Exercise goal: Starting at the top line and ending at the last, restate the records exactly.

Extracted material:
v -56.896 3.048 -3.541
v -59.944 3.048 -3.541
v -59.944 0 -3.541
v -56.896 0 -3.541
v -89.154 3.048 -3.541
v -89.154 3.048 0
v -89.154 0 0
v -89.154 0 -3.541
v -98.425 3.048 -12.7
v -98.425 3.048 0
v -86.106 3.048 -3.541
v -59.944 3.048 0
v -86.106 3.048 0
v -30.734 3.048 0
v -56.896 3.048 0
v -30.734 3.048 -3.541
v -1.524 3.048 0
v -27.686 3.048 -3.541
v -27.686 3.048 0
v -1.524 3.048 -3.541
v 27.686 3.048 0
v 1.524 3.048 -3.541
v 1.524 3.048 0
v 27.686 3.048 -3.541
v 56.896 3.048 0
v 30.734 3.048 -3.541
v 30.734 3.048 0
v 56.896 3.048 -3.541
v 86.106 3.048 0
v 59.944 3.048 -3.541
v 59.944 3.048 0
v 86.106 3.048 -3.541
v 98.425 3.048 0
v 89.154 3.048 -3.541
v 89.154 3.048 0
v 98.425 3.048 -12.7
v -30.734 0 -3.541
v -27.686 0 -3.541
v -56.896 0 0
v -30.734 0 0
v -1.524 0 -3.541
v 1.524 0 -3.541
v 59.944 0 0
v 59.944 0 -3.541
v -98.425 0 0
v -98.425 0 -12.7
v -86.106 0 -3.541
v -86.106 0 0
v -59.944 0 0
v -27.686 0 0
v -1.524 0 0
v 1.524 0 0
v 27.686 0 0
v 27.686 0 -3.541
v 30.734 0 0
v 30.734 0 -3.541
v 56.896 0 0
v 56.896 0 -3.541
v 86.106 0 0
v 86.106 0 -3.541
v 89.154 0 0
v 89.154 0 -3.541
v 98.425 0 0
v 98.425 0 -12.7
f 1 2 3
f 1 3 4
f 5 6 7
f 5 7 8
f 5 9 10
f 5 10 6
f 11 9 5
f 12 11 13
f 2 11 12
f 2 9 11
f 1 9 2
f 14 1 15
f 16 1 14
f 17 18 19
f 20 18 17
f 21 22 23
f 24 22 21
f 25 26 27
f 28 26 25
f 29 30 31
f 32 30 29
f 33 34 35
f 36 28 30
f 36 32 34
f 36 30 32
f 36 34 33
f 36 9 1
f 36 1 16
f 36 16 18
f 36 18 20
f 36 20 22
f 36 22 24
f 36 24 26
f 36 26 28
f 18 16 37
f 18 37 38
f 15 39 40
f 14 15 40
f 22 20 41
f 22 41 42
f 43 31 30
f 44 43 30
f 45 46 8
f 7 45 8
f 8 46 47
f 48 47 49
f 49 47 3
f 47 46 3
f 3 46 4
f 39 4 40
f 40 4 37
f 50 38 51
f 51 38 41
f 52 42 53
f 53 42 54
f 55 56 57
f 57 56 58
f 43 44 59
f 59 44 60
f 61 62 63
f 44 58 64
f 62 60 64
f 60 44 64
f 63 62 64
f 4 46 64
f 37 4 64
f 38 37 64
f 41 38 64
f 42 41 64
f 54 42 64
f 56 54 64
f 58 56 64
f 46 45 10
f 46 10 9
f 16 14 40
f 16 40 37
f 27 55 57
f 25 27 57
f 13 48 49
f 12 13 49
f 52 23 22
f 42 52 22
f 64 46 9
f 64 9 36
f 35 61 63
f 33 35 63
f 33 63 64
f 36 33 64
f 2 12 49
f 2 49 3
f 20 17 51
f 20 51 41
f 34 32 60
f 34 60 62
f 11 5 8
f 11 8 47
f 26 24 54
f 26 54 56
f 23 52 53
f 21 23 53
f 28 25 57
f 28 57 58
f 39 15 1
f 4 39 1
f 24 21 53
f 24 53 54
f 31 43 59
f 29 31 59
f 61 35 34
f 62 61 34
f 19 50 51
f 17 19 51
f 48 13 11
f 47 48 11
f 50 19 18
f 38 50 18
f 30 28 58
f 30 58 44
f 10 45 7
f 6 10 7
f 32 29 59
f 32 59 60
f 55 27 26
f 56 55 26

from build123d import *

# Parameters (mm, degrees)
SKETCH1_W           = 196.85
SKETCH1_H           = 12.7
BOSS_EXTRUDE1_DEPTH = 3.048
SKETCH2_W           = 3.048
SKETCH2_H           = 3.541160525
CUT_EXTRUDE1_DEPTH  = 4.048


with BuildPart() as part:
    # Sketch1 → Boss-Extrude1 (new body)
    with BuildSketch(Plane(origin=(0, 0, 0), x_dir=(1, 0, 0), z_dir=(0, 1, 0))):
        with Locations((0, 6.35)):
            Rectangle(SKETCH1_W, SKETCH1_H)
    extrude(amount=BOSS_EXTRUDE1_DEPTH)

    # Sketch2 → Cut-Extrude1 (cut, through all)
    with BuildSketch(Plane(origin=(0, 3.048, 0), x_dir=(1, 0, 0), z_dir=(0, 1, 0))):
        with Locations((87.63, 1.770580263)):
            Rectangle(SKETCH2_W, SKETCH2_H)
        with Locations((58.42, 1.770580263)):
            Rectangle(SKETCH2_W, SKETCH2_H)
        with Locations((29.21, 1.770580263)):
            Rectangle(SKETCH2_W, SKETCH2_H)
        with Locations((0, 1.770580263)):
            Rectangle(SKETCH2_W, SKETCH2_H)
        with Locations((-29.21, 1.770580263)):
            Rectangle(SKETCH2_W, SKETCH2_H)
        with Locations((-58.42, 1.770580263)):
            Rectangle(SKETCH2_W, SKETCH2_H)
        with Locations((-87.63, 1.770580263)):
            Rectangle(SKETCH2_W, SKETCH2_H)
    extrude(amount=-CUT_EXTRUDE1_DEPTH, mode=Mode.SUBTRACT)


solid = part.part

Task response:
v -56.896 3.048 -3.541
v -59.944 3.048 -3.541
v -59.944 0 -3.541
v -56.896 0 -3.541
v -89.154 3.048 -3.541
v -89.154 3.048 0
v -89.154 0 0
v -89.154 0 -3.541
v -98.425 3.048 -12.7
v -98.425 3.048 0
v -86.106 3.048 -3.541
v -59.944 3.048 0
v -86.106 3.048 0
v -30.734 3.048 0
v -56.896 3.048 0
v -30.734 3.048 -3.541
v -1.524 3.048 0
v -27.686 3.048 -3.541
v -27.686 3.048 0
v -1.524 3.048 -3.541
v 27.686 3.048 0
v 1.524 3.048 -3.541
v 1.524 3.048 0
v 27.686 3.048 -3.541
v 56.896 3.048 0
v 30.734 3.048 -3.541
v 30.734 3.048 0
v 56.896 3.048 -3.541
v 86.106 3.048 0
v 59.944 3.048 -3.541
v 59.944 3.048 0
v 86.106 3.048 -3.541
v 98.425 3.048 0
v 89.154 3.048 -3.541
v 89.154 3.048 0
v 98.425 3.048 -12.7
v -30.734 0 -3.541
v -27.686 0 -3.541
v -56.896 0 0
v -30.734 0 0
v -1.524 0 -3.541
v 1.524 0 -3.541
v 59.944 0 0
v 59.944 0 -3.541
v -98.425 0 0
v -98.425 0 -12.7
v -86.106 0 -3.541
v -86.106 0 0
v -59.944 0 0
v -27.686 0 0
v -1.524 0 0
v 1.524 0 0
v 27.686 0 0
v 27.686 0 -3.541
v 30.734 0 0
v 30.734 0 -3.541
v 56.896 0 0
v 56.896 0 -3.541
v 86.106 0 0
v 86.106 0 -3.541
v 89.154 0 0
v 89.154 0 -3.541
v 98.425 0 0
v 98.425 0 -12.7
f 1 2 3
f 1 3 4
f 5 6 7
f 5 7 8
f 5 9 10
f 5 10 6
f 11 9 5
f 12 11 13
f 2 11 12
f 2 9 11
f 1 9 2
f 14 1 15
f 16 1 14
f 17 18 19
f 20 18 17
f 21 22 23
f 24 22 21
f 25 26 27
f 28 26 25
f 29 30 31
f 32 30 29
f 33 34 35
f 36 28 30
f 36 32 34
f 36 30 32
f 36 34 33
f 36 9 1
f 36 1 16
f 36 16 18
f 36 18 20
f 36 20 22
f 36 22 24
f 36 24 26
f 36 26 28
f 18 16 37
f 18 37 38
f 15 39 40
f 14 15 40
f 22 20 41
f 22 41 42
f 43 31 30
f 44 43 30
f 45 46 8
f 7 45 8
f 8 46 47
f 48 47 49
f 49 47 3
f 47 46 3
f 3 46 4
f 39 4 40
f 40 4 37
f 50 38 51
f 51 38 41
f 52 42 53
f 53 42 54
f 55 56 57
f 57 56 58
f 43 44 59
f 59 44 60
f 61 62 63
f 44 58 64
f 62 60 64
f 60 44 64
f 63 62 64
f 4 46 64
f 37 4 64
f 38 37 64
f 41 38 64
f 42 41 64
f 54 42 64
f 56 54 64
f 58 56 64
f 46 45 10
f 46 10 9
f 16 14 40
f 16 40 37
f 27 55 57
f 25 27 57
f 13 48 49
f 12 13 49
f 52 23 22
f 42 52 22
f 64 46 9
f 64 9 36
f 35 61 63
f 33 35 63
f 33 63 64
f 36 33 64
f 2 12 49
f 2 49 3
f 20 17 51
f 20 51 41
f 34 32 60
f 34 60 62
f 11 5 8
f 11 8 47
f 26 24 54
f 26 54 56
f 23 52 53
f 21 23 53
f 28 25 57
f 28 57 58
f 39 15 1
f 4 39 1
f 24 21 53
f 24 53 54
f 31 43 59
f 29 31 59
f 61 35 34
f 62 61 34
f 19 50 51
f 17 19 51
f 48 13 11
f 47 48 11
f 50 19 18
f 38 50 18
f 30 28 58
f 30 58 44
f 10 45 7
f 6 10 7
f 32 29 59
f 32 59 60
f 55 27 26
f 56 55 26

from build123d import *

# Parameters (mm, degrees)
SKETCH1_W           = 196.85
SKETCH1_H           = 12.7
BOSS_EXTRUDE1_DEPTH = 3.048
SKETCH2_W           = 3.048
SKETCH2_H           = 3.541160525
CUT_EXTRUDE1_DEPTH  = 4.048


with BuildPart() as part:
    # Sketch1 → Boss-Extrude1 (new body)
    with BuildSketch(Plane(origin=(0, 0, 0), x_dir=(1, 0, 0), z_dir=(0, 1, 0))):
        with Locations((0, 6.35)):
            Rectangle(SKETCH1_W, SKETCH1_H)
    extrude(amount=BOSS_EXTRUDE1_DEPTH)

    # Sketch2 → Cut-Extrude1 (cut, through all)
    with BuildSketch(Plane(origin=(0, 3.048, 0), x_dir=(1, 0, 0), z_dir=(0, 1, 0))):
        with Locations((87.63, 1.770580263)):
            Rectangle(SKETCH2_W, SKETCH2_H)
        with Locations((58.42, 1.770580263)):
            Rectangle(SKETCH2_W, SKETCH2_H)
        with Locations((29.21, 1.770580263)):
            Rectangle(SKETCH2_W, SKETCH2_H)
        with Locations((0, 1.770580263)):
            Rectangle(SKETCH2_W, SKETCH2_H)
        with Locations((-29.21, 1.770580263)):
            Rectangle(SKETCH2_W, SKETCH2_H)
        with Locations((-58.42, 1.770580263)):
            Rectangle(SKETCH2_W, SKETCH2_H)
        with Locations((-87.63, 1.770580263)):
            Rectangle(SKETCH2_W, SKETCH2_H)
    extrude(amount=-CUT_EXTRUDE1_DEPTH, mode=Mode.SUBTRACT)


solid = part.part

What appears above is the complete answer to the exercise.